# Uber Close to Settling Drivers’ Suit With Billions at Stake...



## Peanut hello (Sep 19, 2016)

Uber Technologies Inc. is trying to finalize a settlement with California drivers to resolve potentially billions of dollars in claims stemming from the company's refusal to give them the protections and benefits of employees.

The case centers on allegations that the company failed to pay minimum wage and overtime to hundreds of thousands of drivers.
read more here..
http://www.bloomberg.com/news/artic...ttling-drivers-lawsuit-with-billions-at-stake


----------



## uberdriverfornow (Jan 10, 2016)

I never even heard of this lawsuit.
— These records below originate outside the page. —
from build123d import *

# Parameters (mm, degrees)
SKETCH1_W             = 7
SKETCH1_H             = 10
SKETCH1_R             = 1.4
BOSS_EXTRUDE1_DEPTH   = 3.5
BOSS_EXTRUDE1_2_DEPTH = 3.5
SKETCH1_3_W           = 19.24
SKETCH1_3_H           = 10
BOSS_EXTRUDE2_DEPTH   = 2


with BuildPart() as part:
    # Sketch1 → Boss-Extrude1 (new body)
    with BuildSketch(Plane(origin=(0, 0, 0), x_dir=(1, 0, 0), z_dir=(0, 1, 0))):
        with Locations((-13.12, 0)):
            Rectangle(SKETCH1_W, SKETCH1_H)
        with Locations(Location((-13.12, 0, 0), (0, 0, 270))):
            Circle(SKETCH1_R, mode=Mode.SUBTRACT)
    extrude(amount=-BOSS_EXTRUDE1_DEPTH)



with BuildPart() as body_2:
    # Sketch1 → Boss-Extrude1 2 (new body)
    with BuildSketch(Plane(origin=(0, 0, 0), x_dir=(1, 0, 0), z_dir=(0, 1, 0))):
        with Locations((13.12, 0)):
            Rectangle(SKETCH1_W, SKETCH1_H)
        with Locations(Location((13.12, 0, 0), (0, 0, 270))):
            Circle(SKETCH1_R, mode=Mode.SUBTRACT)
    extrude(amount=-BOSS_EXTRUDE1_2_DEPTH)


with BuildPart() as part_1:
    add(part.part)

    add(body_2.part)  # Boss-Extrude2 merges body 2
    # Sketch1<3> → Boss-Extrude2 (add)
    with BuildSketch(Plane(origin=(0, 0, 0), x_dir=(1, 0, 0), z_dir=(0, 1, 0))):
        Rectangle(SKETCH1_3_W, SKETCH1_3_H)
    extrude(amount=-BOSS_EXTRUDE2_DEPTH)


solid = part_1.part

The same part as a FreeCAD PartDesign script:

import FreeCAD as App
import Part
import Sketcher

V = App.Vector
Q = App.Units.Quantity

doc = App.newDocument("Part")
body = doc.addObject("PartDesign::Body", "Body")

sketch1 = body.newObject("Sketcher::SketchObject", "Sketch")
sketch1.AttachmentSupport = (doc.getObject("XZ_Plane"), [""])
sketch1.MapMode = "FlatFace"
sketch1.addGeometry([
    Part.LineSegment(V(-16.62, -5, 0), V(-16.62, 5, 0)),
    Part.LineSegment(V(-16.62, 5, 0), V(-9.62, 5, 0)),
    Part.LineSegment(V(-9.62, 5, 0), V(-9.62, -5, 0)),
    Part.LineSegment(V(-9.62, -5, 0), V(-16.62, -5, 0)),
    Part.Circle(V(-13.12, 0, 0), V(0, 0, 1), 1.4),
], False)
sketch1.addConstraint([
    Sketcher.Constraint("Coincident", 0, 2, 1, 1),
    Sketcher.Constraint("Coincident", 1, 2, 2, 1),
    Sketcher.Constraint("Coincident", 2, 2, 3, 1),
    Sketcher.Constraint("Coincident", 3, 2, 0, 1),
    Sketcher.Constraint("Vertical", 0),
    Sketcher.Constraint("Horizontal", 1),
    Sketcher.Constraint("Vertical", 2),
    Sketcher.Constraint("Horizontal", 3),
    Sketcher.Constraint("PointOnObject", 4, 3, -1),
    Sketcher.Constraint("Diameter", 4, Q("2.8 mm")),
    Sketcher.Constraint("DistanceX", 1, 1, 1, 2, Q("7 mm")),
    Sketcher.Constraint("DistanceY", 0, 1, 0, 2, Q("10 mm")),
    Sketcher.Constraint("DistanceY", -1, 1, 0, 2, Q("5 mm")),
    Sketcher.Constraint("DistanceX", 0, 2, 4, 3, Q("3.5 mm")),
    Sketcher.Constraint("DistanceX", 4, 3, -1, 1, Q("13.12 mm")),
])
pad1 = body.newObject("PartDesign::Pad", "Pad")
pad1.Profile = sketch1
pad1.Length = 3.5
body2 = doc.addObject("PartDesign::Body", "Body001")

sketch2 = body2.newObject("Sketcher::SketchObject", "Sketch001")
sketch2.AttachmentSupport = (doc.getObject("XZ_Plane001"), [""])
sketch2.MapMode = "FlatFace"
sketch2.addGeometry([
    Part.LineSegment(V(9.62, -5, 0), V(9.62, 5, 0)),
    Part.LineSegment(V(9.62, 5, 0), V(16.62, 5, 0)),
    Part.LineSegment(V(16.62, 5, 0), V(16.62, -5, 0)),
    Part.LineSegment(V(16.62, -5, 0), V(9.62, -5, 0)),
    Part.Circle(V(13.12, 0, 0), V(0, 0, 1), 1.4),
], False)
sketch2.addConstraint([
    Sketcher.Constraint("Coincident", 0, 2, 1, 1),
    Sketcher.Constraint("Coincident", 1, 2, 2, 1),
    Sketcher.Constraint("Coincident", 2, 2, 3, 1),
    Sketcher.Constraint("Coincident", 3, 2, 0, 1),
    Sketcher.Constraint("Vertical", 0),
    Sketcher.Constraint("Horizontal", 1),
    Sketcher.Constraint("Vertical", 2),
    Sketcher.Constraint("Horizontal", 3),
    Sketcher.Constraint("PointOnObject", 4, 3, -1),
    Sketcher.Constraint("Diameter", 4, Q("2.8 mm")),
    Sketcher.Constraint("DistanceX", 1, 1, 1, 2, Q("7 mm")),
    Sketcher.Constraint("DistanceY", 0, 1, 0, 2, Q("10 mm")),
    Sketcher.Constraint("DistanceY", -1, 1, 0, 2, Q("5 mm")),
    Sketcher.Constraint("DistanceX", 0, 2, 4, 3, Q("3.5 mm")),
    Sketcher.Constraint("DistanceX", -1, 1, 4, 3, Q("13.12 mm")),
])
pad2 = body2.newObject("PartDesign::Pad", "Pad001")
pad2.Profile = sketch2
pad2.Length = 3.5
body.AllowCompound = True
doc.recompute()

boolean = body.newObject("PartDesign::Boolean", "Boolean")
boolean.Type = "Fuse"
boolean.addObjects([body2])

sketch3 = body.newObject("Sketcher::SketchObject", "Sketch002")
sketch3.AttachmentSupport = (doc.getObject("XZ_Plane"), [""])
sketch3.MapMode = "FlatFace"
sketch3.addGeometry([
    Part.LineSegment(V(-9.62, -5, 0), V(-9.62, 5, 0)),
    Part.LineSegment(V(-9.62, 5, 0), V(9.62, 5, 0)),
    Part.LineSegment(V(9.62, 5, 0), V(9.62, -5, 0)),
    Part.LineSegment(V(9.62, -5, 0), V(-9.62, -5, 0)),
], False)
sketch3.addConstraint([
    Sketcher.Constraint("Coincident", 0, 2, 1, 1),
    Sketcher.Constraint("Coincident", 1, 2, 2, 1),
    Sketcher.Constraint("Coincident", 2, 2, 3, 1),
    Sketcher.Constraint("Coincident", 3, 2, 0, 1),
    Sketcher.Constraint("Vertical", 0),
    Sketcher.Constraint("Horizontal", 1),
    Sketcher.Constraint("Vertical", 2),
    Sketcher.Constraint("Horizontal", 3),
    Sketcher.Constraint("Symmetric", 0, 2, 2, 2, -1, 1),
    Sketcher.Constraint("DistanceY", 0, 1, 0, 2, Q("10 mm")),
    Sketcher.Constraint("DistanceX", 1, 1, 1, 2, Q("19.24 mm")),
])
pad3 = body.newObject("PartDesign::Pad", "Pad002")
pad3.Profile = sketch3
pad3.Length = 2

doc.recompute()
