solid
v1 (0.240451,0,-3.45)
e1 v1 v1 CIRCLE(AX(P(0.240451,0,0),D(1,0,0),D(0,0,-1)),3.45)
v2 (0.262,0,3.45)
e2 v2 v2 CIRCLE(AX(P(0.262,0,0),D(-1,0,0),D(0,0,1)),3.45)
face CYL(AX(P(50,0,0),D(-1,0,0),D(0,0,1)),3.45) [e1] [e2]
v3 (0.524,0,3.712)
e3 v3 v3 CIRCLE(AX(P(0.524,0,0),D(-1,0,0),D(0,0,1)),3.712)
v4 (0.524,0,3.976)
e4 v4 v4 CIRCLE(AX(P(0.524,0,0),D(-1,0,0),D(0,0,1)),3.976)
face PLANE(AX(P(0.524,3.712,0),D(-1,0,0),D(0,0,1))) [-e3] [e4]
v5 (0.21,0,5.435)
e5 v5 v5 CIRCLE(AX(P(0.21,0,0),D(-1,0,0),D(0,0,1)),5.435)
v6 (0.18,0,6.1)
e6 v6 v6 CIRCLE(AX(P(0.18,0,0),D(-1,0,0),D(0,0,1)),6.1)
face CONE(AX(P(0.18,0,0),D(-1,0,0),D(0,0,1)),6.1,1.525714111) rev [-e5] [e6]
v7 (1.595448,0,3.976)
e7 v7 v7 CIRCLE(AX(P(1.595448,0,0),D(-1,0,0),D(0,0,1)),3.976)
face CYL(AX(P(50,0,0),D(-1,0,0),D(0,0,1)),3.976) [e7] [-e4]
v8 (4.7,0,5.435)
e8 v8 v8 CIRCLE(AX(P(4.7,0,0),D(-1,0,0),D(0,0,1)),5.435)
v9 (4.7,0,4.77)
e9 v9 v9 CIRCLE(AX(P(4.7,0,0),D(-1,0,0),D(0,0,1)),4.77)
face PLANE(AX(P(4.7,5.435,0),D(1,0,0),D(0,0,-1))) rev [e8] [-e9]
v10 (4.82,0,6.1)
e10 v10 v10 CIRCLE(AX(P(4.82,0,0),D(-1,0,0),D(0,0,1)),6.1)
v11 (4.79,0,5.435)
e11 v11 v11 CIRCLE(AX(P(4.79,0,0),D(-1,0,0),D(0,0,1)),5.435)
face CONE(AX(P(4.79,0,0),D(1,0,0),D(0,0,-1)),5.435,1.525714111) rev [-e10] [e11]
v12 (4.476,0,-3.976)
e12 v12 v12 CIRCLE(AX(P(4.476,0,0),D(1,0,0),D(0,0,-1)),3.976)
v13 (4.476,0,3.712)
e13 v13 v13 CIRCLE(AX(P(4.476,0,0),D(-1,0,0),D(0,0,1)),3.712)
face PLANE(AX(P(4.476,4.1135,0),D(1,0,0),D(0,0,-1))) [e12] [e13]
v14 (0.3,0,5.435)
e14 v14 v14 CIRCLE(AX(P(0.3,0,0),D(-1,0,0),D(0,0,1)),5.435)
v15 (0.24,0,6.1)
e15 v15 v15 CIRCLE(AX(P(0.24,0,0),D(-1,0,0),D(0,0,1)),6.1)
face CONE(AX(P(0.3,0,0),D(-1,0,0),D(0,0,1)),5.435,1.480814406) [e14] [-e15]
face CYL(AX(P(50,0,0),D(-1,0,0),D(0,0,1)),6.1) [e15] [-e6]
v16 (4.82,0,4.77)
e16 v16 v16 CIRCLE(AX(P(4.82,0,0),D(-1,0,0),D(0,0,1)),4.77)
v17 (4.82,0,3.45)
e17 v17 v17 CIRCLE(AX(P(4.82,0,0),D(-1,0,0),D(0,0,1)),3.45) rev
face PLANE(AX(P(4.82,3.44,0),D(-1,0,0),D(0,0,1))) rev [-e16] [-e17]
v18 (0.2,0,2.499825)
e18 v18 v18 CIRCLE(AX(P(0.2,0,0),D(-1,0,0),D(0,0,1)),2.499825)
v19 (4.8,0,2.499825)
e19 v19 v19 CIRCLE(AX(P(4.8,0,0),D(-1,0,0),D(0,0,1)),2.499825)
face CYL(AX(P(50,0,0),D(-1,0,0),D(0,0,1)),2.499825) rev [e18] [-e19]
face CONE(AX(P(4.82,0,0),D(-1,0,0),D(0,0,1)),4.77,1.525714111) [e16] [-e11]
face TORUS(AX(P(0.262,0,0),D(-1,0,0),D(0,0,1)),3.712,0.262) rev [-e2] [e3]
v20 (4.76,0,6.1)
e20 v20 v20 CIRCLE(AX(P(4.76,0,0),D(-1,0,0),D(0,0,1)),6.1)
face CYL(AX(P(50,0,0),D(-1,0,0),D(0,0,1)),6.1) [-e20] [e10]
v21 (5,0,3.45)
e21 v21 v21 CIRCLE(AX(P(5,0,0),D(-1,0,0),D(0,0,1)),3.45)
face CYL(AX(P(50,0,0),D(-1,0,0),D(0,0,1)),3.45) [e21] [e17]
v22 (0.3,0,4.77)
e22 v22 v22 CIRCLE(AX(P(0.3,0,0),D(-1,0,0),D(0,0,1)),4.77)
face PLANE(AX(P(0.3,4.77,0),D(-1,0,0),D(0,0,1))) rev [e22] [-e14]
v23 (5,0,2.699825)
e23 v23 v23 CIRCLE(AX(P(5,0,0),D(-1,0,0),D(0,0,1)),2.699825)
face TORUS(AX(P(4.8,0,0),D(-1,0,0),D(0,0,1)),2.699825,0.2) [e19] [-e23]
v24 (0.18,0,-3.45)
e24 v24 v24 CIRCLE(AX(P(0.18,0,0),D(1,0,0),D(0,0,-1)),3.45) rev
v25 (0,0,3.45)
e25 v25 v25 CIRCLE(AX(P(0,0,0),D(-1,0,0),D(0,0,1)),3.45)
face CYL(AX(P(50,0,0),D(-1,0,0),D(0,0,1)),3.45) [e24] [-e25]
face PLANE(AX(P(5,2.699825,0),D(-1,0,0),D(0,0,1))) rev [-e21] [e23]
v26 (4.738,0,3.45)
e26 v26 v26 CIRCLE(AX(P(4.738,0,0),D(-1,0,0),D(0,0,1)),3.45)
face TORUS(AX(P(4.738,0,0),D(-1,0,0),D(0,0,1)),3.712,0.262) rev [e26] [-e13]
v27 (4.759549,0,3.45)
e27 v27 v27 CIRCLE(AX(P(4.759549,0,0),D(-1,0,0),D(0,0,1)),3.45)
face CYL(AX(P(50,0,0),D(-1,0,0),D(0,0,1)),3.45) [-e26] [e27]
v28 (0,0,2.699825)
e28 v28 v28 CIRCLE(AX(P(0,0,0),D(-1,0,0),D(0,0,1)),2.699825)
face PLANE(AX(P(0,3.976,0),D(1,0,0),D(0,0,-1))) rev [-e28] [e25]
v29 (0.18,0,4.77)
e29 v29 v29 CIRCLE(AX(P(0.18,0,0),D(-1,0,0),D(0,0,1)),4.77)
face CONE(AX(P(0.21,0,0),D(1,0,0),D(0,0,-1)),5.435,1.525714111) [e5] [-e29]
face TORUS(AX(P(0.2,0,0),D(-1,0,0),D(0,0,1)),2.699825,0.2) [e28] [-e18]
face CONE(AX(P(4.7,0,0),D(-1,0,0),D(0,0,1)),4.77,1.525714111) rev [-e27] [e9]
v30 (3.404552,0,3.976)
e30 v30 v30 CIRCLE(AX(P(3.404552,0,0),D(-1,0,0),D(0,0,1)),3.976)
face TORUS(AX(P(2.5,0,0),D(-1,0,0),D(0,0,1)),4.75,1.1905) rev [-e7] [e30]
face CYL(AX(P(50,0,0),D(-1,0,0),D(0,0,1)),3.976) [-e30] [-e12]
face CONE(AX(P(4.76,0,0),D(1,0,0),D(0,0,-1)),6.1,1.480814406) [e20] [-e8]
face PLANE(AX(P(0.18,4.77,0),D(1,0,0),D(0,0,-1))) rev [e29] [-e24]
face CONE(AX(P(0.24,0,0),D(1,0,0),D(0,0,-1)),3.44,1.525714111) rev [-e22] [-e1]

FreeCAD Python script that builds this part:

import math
import FreeCAD as App
import Part
import Sketcher

V = App.Vector


def add_polygon(sketch, points):
    """Adds a closed chain of lines whose ends are joined by coincident constraints."""
    first, n = sketch.GeometryCount, len(points)
    for a, b in zip(points, points[1:] + points[:1]):
        sketch.addGeometry(Part.LineSegment(App.Vector(*a, 0), App.Vector(*b, 0)), False)
    for i in range(n):
        sketch.addConstraint(Sketcher.Constraint("Coincident", first + i, 2, first + (i + 1) % n, 1))

doc = App.newDocument("Part")
body = doc.addObject("PartDesign::Body", "Body")

# Sketch on XY plane
sketch1 = body.newObject("Sketcher::SketchObject", "Sketch")
sketch1.AttachmentSupport = (doc.getObject("XY_Plane"), [""])
sketch1.MapMode = "FlatFace"
sketch1.addGeometry([
    Part.LineSegment(V(0.2, 2.5, 0), V(4.8, 2.5, 0)),  # 0
    Part.ArcOfCircle(Part.Circle(V(4.8, 2.7, 0), V(0, 0, 1), 0.2), math.radians(-90), math.radians(0)),  # 1
    Part.LineSegment(V(5, 2.7, 0), V(5, 3.98, 0)),  # 2
    Part.LineSegment(V(5, 3.98, 0), V(3.4, 3.98, 0)),  # 3
    Part.ArcOfCircle(Part.Circle(V(2.5, 4.75, 0), V(0, 0, 1), 1.19), math.radians(-139), math.radians(-41)),  # 4
    Part.LineSegment(V(1.6, 3.98, 0), V(0, 3.98, 0)),  # 5
    Part.LineSegment(V(0, 3.98, 0), V(0, 2.7, 0)),  # 6
    Part.ArcOfCircle(Part.Circle(V(0.2, 2.7, 0), V(0, 0, 1), 0.2), math.radians(-180), math.radians(-90)),  # 7
], False)
sketch1.addConstraint([
    Sketcher.Constraint("Tangent", 0, 2, 1, 1),
    Sketcher.Constraint("Tangent", 1, 2, 2, 1),
    Sketcher.Constraint("Coincident", 2, 2, 3, 1),
    Sketcher.Constraint("Coincident", 3, 2, 4, 2),
    Sketcher.Constraint("Coincident", 4, 1, 5, 1),
    Sketcher.Constraint("Coincident", 5, 2, 6, 1),
    Sketcher.Constraint("Tangent", 6, 2, 7, 1),
    Sketcher.Constraint("Tangent", 7, 2, 0, 1),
This will be huge.


----------



## Peanut hello (Sep 19, 2016)

They might find away to get around it..


----------



## TwoFiddyMile (Mar 13, 2015)

Peanut hello said:


> They might find away to get around it..


So far, always.
UberTeflon


----------



## d0n (Oct 16, 2016)




----------



## u-Boat (Jan 4, 2016)

uberdriverfornow said:


> I never even heard of this lawsuit. This will be huge.


Yeah it will be huge for the lawyers. California uBer drivers will get a $28 check in the mail.


----------



## ChinatownJake (Jan 3, 2016)

There are actually two California Uber class-action lawsuits. This one (for which Bloomberg article adds very little info), and another filed in San Francisco. Check out this little tidbit, from article:

_Uber won a critical appeals court decision that, if it stands, reduces the class size of the San Francisco case from almost 400,000 drivers to fewer than 10,000._


----------



## Peanut hello (Sep 19, 2016)

u-Boat said:


> Yeah it will be huge for the lawyers. California uBer drivers will get a $28 check in the mail.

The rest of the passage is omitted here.